Example 4: If an analysis has been performed previously, it's not necessary to specify the -single_frame and -trajectory_filename tags, as long as the same -output_basename and -write_column tags are used. The trajectory hydrogen-bond information will be read from the previously created file "{output_basename}.average_hbonds", and the -single_frame tag will be automatically set to the previously created "{output_basename}.hbond_averages_in_{write_column}*_column.pdb" file.

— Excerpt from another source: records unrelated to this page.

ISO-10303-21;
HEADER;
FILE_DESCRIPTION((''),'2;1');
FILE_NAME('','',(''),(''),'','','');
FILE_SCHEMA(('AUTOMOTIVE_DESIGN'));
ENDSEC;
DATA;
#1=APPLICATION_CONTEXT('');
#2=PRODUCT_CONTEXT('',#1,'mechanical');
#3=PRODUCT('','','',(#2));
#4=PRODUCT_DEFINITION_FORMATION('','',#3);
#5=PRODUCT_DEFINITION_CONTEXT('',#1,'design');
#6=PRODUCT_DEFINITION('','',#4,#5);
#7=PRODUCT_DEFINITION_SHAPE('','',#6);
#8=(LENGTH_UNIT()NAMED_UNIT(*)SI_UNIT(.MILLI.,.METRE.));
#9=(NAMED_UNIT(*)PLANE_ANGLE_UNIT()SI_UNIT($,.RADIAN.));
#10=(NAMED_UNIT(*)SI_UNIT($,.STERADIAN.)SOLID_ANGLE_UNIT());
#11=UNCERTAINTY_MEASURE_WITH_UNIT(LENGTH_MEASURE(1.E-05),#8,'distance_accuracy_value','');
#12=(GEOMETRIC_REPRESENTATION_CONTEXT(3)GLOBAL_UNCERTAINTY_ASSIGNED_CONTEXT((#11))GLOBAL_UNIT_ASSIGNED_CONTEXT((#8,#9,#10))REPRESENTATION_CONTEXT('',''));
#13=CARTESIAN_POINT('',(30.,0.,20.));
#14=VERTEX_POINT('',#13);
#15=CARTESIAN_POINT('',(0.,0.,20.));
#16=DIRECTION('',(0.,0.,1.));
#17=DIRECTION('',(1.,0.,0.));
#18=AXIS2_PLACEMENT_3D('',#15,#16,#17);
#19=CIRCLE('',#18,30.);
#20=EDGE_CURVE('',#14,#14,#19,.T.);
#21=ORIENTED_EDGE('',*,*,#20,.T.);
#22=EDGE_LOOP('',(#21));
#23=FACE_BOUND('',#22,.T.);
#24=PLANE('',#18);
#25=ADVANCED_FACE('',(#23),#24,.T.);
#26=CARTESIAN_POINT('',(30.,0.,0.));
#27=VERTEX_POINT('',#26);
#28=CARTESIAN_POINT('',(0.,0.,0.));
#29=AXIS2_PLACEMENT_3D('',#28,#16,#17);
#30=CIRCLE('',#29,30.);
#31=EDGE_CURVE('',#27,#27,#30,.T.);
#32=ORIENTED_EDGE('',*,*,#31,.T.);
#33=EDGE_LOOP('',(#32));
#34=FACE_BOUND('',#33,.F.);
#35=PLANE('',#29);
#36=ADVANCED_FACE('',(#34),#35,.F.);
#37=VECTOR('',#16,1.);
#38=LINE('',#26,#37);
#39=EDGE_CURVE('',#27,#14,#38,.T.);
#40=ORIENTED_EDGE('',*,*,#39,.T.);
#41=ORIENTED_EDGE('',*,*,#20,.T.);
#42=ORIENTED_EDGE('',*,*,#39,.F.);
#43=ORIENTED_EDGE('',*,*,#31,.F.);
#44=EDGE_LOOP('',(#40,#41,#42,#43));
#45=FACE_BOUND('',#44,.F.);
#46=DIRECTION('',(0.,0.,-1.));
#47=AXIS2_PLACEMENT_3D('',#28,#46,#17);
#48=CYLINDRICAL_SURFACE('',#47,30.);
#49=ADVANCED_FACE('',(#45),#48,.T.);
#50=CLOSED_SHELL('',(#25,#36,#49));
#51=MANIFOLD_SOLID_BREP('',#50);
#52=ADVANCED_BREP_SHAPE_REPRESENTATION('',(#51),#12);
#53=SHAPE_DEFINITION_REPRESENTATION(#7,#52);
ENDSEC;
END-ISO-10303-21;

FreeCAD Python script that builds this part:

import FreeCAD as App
import Part
import Sketcher
from FreeCAD import Vector
Q = App.Units.Quantity

doc = App.newDocument("Part")
body = doc.addObject("PartDesign::Body", "Body")

sketch1 = body.newObject("Sketcher::SketchObject", "Sketch")
sketch1.AttachmentSupport = (doc.getObject("XY_Plane"), [""])
sketch1.MapMode = "FlatFace"
sketch1.addGeometry(Part.Circle(Vector(0, 0, 0), Vector(0, 0, 1), 30), False)
sketch1.addConstraint([
    Sketcher.Constraint("Coincident", 0, 3, -1, 1),
    Sketcher.Constraint("Diameter", 0, Q("60 mm")),
])
pad1 = body.newObject("PartDesign::Pad", "Pad")
pad1.Profile = sketch1
pad1.Length = 20

doc.recompute()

python HBonanza.py -hydrogen_bond_distance_cutoff 3.0 -hydrogen_bond_angle_cutoff 30 -hydrogen_bond_frequency_cutoff 0.5 -output_basename output. -write_column O -low_frequency_color_r 255 -low_frequency_color_g 255 -low_frequency_color_b 255 -high_frequency_color_r 0 -high_frequency_color_g 255 -high_frequency_color_b 0 -seed_residue 156 -seed_residues 234 > visualize.tcl

Sample Visualization

With only minor modifications, the default HBonanza output visualization file can be rendered as below. The ligand is shown in thick licorice, protein residues thought to participate in hydrogen-bond networks involving the ligand are shown in thin licorice, and the entire protein is shown in cartoon, colored according to secondary structure. Hydrogen bonds are colored in shades of green according to the frequency with which they appear in the many frames of the MD trajectory. The coloring ranges from white, those bonds present in 75% of the MD frames, to green, those bonds present in 100% of the frames.